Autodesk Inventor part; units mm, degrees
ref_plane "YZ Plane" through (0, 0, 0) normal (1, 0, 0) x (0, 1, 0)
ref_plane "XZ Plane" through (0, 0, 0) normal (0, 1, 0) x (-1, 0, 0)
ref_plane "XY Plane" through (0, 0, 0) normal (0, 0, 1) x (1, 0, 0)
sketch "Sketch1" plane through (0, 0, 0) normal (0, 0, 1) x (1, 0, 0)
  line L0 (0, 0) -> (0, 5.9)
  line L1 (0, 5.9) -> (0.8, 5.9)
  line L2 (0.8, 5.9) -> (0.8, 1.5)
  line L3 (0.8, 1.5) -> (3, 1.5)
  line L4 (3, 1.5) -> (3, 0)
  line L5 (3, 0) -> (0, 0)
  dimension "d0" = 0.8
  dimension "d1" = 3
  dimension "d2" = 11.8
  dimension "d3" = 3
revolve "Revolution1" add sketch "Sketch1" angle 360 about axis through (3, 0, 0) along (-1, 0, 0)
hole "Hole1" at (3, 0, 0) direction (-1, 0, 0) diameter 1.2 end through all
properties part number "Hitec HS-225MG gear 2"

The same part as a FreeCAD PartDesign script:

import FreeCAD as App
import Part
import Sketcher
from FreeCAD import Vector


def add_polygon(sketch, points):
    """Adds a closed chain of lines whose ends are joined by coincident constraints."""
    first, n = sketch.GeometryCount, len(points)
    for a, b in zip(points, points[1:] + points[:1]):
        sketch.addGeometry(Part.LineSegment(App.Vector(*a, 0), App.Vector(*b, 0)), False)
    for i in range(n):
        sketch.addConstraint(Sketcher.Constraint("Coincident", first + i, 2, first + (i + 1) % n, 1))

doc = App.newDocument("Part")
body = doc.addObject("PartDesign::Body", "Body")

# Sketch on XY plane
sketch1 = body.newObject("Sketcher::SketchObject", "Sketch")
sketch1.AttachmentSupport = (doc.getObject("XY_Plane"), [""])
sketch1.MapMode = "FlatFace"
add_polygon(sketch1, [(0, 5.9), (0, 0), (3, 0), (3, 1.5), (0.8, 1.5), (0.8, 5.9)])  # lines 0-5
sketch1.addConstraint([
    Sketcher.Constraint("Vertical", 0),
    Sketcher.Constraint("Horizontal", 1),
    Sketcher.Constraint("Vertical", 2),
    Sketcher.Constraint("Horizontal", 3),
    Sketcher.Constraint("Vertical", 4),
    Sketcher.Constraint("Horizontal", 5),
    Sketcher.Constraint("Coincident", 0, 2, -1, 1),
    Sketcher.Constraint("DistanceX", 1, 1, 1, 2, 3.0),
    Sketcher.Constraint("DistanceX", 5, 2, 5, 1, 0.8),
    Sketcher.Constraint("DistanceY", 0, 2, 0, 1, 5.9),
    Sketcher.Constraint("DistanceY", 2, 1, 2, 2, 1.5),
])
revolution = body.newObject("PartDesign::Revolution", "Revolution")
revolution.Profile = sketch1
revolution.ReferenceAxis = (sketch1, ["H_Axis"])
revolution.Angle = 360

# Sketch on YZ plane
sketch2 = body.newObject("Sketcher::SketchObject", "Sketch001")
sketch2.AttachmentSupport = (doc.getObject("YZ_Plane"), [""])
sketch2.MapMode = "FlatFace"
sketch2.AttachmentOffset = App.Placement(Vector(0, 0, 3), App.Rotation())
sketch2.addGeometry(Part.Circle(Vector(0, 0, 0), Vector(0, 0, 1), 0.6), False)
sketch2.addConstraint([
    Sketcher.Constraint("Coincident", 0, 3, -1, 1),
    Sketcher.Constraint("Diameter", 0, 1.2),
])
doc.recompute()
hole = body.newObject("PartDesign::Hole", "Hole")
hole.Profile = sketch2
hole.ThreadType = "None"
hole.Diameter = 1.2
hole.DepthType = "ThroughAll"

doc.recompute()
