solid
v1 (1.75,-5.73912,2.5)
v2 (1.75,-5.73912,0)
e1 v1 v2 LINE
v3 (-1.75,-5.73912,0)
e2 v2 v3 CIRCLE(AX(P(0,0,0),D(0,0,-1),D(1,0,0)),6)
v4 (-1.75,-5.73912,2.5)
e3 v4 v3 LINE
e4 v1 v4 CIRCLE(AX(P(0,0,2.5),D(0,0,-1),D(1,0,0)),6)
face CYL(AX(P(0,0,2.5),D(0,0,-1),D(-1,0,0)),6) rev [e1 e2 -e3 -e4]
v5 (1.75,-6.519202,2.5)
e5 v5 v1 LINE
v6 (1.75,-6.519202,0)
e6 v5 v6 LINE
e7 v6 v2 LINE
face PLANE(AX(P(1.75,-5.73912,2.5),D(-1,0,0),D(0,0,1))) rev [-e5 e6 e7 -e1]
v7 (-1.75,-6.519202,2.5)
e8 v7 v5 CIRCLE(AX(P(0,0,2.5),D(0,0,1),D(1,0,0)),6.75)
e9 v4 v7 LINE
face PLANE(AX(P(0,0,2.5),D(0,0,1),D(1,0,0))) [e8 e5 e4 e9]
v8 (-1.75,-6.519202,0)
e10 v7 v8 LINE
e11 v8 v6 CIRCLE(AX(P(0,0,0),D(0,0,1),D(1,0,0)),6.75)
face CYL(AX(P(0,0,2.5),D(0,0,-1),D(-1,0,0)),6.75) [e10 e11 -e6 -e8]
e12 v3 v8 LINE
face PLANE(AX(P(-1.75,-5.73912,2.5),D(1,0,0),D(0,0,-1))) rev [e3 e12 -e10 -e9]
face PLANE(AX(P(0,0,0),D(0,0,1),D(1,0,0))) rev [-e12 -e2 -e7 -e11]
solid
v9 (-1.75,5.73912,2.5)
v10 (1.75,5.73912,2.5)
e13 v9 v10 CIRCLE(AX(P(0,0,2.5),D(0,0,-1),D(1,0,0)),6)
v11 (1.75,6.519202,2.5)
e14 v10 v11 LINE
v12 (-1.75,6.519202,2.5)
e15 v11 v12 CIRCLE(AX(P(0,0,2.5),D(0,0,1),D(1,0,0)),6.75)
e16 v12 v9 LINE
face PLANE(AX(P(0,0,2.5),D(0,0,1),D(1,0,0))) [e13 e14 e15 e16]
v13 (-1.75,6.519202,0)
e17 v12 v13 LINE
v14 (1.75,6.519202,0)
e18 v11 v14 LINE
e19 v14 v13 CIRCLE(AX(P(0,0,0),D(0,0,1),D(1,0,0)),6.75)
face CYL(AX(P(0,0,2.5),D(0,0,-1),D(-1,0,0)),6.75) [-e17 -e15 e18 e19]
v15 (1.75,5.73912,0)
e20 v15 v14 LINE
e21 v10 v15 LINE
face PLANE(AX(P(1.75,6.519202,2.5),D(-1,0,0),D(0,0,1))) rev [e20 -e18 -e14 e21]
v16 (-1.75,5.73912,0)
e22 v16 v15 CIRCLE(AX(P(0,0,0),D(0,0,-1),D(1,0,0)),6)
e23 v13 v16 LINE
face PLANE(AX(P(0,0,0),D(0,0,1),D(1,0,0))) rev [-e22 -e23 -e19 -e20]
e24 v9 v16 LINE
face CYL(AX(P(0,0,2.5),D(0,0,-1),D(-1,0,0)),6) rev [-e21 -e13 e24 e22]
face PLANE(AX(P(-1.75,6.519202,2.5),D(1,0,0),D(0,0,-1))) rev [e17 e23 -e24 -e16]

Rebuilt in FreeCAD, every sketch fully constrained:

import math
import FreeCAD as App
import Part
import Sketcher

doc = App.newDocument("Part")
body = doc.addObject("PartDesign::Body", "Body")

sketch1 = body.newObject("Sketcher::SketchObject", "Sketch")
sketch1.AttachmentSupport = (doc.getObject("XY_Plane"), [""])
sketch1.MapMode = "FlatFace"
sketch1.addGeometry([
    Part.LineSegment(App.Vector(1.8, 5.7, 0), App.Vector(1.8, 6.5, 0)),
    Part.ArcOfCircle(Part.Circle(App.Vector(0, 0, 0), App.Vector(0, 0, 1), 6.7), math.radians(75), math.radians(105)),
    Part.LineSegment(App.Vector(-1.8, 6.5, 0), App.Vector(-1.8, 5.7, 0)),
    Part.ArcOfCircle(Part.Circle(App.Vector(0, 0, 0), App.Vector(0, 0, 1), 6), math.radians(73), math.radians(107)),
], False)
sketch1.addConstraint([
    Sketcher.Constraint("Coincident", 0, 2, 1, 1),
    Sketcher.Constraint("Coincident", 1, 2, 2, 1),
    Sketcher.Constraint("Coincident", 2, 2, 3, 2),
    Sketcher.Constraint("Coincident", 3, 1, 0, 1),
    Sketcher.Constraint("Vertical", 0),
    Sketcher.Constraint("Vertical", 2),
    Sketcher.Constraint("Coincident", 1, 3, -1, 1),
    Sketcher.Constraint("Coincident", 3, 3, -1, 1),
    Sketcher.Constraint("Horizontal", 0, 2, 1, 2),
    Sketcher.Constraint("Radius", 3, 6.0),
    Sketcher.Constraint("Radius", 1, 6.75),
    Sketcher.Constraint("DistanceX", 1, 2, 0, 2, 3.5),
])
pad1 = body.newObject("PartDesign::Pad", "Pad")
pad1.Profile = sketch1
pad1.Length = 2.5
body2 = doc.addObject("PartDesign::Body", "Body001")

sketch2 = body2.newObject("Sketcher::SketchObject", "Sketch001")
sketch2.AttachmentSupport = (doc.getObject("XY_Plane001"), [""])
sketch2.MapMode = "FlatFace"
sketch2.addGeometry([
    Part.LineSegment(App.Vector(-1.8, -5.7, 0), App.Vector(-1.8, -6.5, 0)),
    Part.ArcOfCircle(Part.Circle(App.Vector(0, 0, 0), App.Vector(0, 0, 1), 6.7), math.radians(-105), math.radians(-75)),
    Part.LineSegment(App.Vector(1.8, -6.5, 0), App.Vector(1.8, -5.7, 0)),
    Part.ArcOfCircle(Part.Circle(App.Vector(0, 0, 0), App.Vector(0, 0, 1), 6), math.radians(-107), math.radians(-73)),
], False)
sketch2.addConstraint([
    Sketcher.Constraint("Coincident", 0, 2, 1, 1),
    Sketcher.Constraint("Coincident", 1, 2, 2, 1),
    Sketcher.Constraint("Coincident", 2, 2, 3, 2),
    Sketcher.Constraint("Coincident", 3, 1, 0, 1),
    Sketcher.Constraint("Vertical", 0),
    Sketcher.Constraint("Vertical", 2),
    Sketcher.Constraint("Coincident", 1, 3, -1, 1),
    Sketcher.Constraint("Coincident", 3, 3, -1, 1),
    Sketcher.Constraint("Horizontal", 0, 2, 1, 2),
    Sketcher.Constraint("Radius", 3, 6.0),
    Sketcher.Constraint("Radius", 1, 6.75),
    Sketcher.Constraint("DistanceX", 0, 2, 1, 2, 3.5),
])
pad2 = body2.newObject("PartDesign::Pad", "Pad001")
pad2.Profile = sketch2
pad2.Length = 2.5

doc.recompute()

## TASK DETAILS:
Repeat the lines from the first one in the records through the line containing "line L1 (0, 5.9) -> (0.8, 5.9)", exactly as written, and nothing else.

## FINISHED EXERCISE:
Autodesk Inventor part; units mm, degrees
ref_plane "YZ Plane" through (0, 0, 0) normal (1, 0, 0) x (0, 1, 0)
ref_plane "XZ Plane" through (0, 0, 0) normal (0, 1, 0) x (-1, 0, 0)
ref_plane "XY Plane" through (0, 0, 0) normal (0, 0, 1) x (1, 0, 0)
sketch "Sketch1" plane through (0, 0, 0) normal (0, 0, 1) x (1, 0, 0)
  line L0 (0, 0) -> (0, 5.9)
  line L1 (0, 5.9) -> (0.8, 5.9)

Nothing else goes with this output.